However, unlike the visible camera, the input from the infrared camera only has a single channel (the image pixel intensity) and unfortunately (or fortunately, we can debate over this) most of the easily available pre-trained algorithms are trained on 3-channel RGB Images.

Recently I had to do object detection in dark and I had my infrared camera with me. The only missing piece was the object detection algorithm and I was too lazy to do everything from scratch, so I just started digging online and encountered the most common way to do object detection. You would have guessed by now and yes you are right — it’s the most popular TensorFlow object detection API. But as said, all the pre-trained models in this API are for RGB-colored input not for single-channel input.

After spending many sleepless nights (I am just kidding, it's the most obvious way) I came up with this:

The logic is to stack the single-channel infrared image 3 times to form a 3-channel input that can be easily fed into the pre-trained algorithms of TensorFlow object detection API.
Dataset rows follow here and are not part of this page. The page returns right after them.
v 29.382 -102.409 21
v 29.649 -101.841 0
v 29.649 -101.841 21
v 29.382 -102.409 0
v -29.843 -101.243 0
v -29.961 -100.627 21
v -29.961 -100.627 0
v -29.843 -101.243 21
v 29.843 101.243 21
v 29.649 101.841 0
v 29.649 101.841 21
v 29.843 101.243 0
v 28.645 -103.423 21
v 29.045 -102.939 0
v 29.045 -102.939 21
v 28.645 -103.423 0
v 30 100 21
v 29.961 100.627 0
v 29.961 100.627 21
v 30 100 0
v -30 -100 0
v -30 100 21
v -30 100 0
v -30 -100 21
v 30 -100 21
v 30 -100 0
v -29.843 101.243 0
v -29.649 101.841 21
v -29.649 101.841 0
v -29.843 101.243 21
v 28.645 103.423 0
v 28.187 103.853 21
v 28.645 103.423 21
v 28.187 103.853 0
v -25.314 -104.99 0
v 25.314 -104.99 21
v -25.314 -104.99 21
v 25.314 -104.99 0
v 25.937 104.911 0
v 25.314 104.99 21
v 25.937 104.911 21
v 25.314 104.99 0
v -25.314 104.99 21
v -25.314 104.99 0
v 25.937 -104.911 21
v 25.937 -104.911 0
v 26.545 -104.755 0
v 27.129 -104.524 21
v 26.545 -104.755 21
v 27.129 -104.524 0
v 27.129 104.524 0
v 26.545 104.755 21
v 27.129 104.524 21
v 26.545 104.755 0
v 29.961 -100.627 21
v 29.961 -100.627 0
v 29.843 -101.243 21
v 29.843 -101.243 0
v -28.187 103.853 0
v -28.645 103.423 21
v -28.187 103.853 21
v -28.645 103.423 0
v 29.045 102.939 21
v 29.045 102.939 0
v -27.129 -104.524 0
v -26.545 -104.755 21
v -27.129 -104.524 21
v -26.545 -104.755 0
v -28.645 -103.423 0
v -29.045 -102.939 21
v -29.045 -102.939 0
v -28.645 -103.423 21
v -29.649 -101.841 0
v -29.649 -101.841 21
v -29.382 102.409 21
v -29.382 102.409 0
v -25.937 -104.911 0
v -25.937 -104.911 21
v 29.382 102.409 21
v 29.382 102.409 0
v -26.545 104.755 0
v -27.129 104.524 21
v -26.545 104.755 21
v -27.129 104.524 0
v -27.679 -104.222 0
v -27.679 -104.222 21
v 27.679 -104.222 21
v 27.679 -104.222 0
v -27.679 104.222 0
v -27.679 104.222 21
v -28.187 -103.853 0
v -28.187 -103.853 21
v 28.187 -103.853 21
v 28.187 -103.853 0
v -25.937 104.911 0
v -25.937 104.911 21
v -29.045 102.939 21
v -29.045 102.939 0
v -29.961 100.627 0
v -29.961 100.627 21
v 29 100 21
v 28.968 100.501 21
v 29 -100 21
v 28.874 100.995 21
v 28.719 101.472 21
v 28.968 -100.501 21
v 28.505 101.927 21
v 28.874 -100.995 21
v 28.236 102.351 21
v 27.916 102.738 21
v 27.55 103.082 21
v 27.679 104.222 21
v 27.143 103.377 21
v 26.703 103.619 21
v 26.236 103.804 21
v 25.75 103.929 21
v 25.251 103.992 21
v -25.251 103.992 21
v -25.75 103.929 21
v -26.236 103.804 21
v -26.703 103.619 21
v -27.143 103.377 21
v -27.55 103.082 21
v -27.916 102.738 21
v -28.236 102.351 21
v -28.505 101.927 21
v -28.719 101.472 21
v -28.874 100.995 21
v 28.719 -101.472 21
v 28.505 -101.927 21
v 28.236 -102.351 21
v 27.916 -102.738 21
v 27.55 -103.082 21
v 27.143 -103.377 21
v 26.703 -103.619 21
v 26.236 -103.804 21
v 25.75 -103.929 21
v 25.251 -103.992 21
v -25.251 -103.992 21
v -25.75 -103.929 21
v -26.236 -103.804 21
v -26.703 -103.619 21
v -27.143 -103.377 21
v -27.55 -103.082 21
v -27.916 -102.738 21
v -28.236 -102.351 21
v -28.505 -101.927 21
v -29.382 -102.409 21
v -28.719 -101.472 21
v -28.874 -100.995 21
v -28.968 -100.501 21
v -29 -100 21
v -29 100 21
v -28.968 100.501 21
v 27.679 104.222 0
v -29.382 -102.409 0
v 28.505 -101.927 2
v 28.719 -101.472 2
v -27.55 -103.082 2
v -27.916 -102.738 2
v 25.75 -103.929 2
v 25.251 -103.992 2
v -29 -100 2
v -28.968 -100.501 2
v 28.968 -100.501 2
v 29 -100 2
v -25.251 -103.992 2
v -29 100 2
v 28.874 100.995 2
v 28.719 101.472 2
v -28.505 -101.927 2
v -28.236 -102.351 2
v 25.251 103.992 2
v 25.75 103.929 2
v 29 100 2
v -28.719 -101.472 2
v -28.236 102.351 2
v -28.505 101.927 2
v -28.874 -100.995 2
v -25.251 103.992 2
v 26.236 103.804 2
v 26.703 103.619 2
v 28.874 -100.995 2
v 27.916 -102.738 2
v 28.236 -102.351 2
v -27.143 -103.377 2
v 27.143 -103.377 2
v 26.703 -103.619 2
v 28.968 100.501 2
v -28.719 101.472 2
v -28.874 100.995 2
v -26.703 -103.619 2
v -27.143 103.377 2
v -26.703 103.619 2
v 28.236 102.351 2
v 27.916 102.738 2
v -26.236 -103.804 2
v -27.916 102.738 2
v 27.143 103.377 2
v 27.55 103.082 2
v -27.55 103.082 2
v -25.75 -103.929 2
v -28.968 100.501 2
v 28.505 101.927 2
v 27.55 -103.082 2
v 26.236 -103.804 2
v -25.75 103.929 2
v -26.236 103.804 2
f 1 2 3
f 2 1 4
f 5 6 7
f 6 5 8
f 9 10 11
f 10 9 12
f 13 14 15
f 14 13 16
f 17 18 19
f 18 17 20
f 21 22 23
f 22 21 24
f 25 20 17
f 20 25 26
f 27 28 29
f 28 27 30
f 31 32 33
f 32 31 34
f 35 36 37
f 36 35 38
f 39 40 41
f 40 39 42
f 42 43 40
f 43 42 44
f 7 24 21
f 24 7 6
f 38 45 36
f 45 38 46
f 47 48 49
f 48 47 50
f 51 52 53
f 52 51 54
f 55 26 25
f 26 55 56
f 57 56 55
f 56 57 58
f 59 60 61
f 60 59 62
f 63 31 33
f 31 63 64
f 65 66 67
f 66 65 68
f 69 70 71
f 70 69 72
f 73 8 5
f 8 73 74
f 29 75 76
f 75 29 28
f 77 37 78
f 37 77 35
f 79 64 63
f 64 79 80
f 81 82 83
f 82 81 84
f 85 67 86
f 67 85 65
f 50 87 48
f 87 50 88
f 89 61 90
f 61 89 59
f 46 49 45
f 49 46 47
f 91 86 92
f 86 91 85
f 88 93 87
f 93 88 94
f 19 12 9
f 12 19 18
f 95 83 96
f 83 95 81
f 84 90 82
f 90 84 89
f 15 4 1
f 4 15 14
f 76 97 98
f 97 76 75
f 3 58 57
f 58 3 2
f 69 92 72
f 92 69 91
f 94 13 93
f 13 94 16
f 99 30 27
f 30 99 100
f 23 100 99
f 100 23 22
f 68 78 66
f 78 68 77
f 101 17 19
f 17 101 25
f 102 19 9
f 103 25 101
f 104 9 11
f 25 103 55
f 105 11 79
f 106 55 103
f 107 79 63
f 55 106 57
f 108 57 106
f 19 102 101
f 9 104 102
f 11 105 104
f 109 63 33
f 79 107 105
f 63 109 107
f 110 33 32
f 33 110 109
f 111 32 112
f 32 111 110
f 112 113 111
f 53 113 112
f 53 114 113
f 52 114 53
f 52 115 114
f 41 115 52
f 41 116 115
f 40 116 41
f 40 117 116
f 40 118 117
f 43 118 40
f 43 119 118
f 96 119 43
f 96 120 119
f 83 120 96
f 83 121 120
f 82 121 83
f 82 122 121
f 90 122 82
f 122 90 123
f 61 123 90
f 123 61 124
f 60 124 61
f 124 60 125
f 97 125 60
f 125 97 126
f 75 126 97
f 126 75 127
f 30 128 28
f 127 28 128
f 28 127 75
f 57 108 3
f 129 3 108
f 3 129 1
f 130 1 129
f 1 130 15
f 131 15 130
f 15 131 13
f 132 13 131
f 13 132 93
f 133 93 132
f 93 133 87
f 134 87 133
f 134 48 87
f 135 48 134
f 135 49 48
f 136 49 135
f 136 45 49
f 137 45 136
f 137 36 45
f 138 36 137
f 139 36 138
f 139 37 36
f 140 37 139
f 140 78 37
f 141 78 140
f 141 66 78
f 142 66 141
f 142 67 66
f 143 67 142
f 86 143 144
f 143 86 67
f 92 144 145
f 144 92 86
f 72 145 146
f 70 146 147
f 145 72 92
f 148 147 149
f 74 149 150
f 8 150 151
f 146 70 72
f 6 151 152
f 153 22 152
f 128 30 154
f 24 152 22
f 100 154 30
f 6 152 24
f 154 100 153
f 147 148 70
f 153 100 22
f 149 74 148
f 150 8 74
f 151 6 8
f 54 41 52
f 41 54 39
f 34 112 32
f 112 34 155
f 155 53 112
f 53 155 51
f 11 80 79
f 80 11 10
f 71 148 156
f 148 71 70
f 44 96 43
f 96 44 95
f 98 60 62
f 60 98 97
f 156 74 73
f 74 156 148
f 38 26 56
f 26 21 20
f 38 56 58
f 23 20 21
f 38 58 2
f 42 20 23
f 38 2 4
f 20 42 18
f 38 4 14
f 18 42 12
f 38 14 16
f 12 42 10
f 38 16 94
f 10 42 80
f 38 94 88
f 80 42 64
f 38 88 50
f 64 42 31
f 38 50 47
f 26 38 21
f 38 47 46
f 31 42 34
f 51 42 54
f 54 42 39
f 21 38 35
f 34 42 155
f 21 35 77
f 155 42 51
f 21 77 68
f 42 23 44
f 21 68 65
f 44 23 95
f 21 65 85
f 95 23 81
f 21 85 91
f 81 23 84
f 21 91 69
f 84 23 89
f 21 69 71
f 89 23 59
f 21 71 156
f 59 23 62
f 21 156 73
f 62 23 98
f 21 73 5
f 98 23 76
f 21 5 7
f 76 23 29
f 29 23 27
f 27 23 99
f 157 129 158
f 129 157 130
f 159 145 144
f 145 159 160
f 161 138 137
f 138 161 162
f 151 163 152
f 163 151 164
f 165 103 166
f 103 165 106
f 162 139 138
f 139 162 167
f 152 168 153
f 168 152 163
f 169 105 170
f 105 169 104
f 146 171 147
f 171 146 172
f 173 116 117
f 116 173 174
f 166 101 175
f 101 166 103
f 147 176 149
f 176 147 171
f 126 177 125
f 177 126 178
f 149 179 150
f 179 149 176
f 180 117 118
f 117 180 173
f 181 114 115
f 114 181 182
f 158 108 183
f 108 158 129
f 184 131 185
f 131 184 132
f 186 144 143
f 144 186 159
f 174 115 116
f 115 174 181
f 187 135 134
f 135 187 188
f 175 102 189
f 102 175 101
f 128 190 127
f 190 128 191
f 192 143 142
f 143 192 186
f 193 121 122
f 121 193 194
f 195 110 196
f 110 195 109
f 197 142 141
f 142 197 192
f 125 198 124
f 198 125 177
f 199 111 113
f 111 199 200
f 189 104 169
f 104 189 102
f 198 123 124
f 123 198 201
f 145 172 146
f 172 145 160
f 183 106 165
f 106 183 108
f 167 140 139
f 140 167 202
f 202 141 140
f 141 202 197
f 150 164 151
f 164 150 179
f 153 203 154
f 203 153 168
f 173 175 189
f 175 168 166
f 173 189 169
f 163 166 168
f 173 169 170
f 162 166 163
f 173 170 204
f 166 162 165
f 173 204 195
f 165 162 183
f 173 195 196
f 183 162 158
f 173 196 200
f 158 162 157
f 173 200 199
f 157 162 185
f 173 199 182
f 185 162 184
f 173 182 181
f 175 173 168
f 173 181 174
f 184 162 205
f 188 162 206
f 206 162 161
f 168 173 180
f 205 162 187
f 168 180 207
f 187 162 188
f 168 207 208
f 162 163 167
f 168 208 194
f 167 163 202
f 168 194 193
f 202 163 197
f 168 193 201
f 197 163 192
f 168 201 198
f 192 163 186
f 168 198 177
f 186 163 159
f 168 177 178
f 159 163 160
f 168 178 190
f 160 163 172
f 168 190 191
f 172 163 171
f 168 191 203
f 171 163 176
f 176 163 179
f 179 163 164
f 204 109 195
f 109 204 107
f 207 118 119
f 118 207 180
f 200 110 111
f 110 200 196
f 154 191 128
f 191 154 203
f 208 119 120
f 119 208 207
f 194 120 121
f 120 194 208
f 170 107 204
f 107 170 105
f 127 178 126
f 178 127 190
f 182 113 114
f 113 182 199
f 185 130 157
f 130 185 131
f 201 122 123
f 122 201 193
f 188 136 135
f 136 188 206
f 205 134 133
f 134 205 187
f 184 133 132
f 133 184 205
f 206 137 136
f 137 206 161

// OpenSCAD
$fn = 50;


difference() {
	union() {
		hull() {
			translate(v = [-25.0000000000, 100.0000000000, 0]) {
				cylinder(h = 21, r = 5);
			}
			translate(v = [25.0000000000, 100.0000000000, 0]) {
				cylinder(h = 21, r = 5);
			}
			translate(v = [-25.0000000000, -100.0000000000, 0]) {
				cylinder(h = 21, r = 5);
			}
			translate(v = [25.0000000000, -100.0000000000, 0]) {
				cylinder(h = 21, r = 5);
			}
		}
	}
	union() {
		translate(v = [0, 0, 2]) {
			hull() {
				translate(v = [-25.0000000000, 100.0000000000, 0]) {
					cylinder(h = 19, r = 4);
				}
				translate(v = [25.0000000000, 100.0000000000, 0]) {
					cylinder(h = 19, r = 4);
				}
				translate(v = [-25.0000000000, -100.0000000000, 0]) {
					cylinder(h = 19, r = 4);
				}
				translate(v = [25.0000000000, -100.0000000000, 0]) {
					cylinder(h = 19, r = 4);
				}
			}
		}
	}
}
I am using OpenCV, but you can use the same logic with any other library

The input can be prepared simply as

img = cv2.imread(‘img.png’,0)

say img is your array of single channel image,then

height, width = img.shape

img_new = np.zeros((height, width ,3), np.uint8)

img_new[:,:,0] = img

img_new[:,:,1] = img

img_new[:,:,2] = img

The img_new is your prepared image and from here you can follow the same steps as for RGB input to the object detection algorithm. You can look into my video on using the TensorFlow object detection API: https://www.youtube.com/watch?v=MoMjIwGSFVQ&t=687s

And surprisingly it works quite well even for the infrared input as evident from the image below. The link for the video is attached below.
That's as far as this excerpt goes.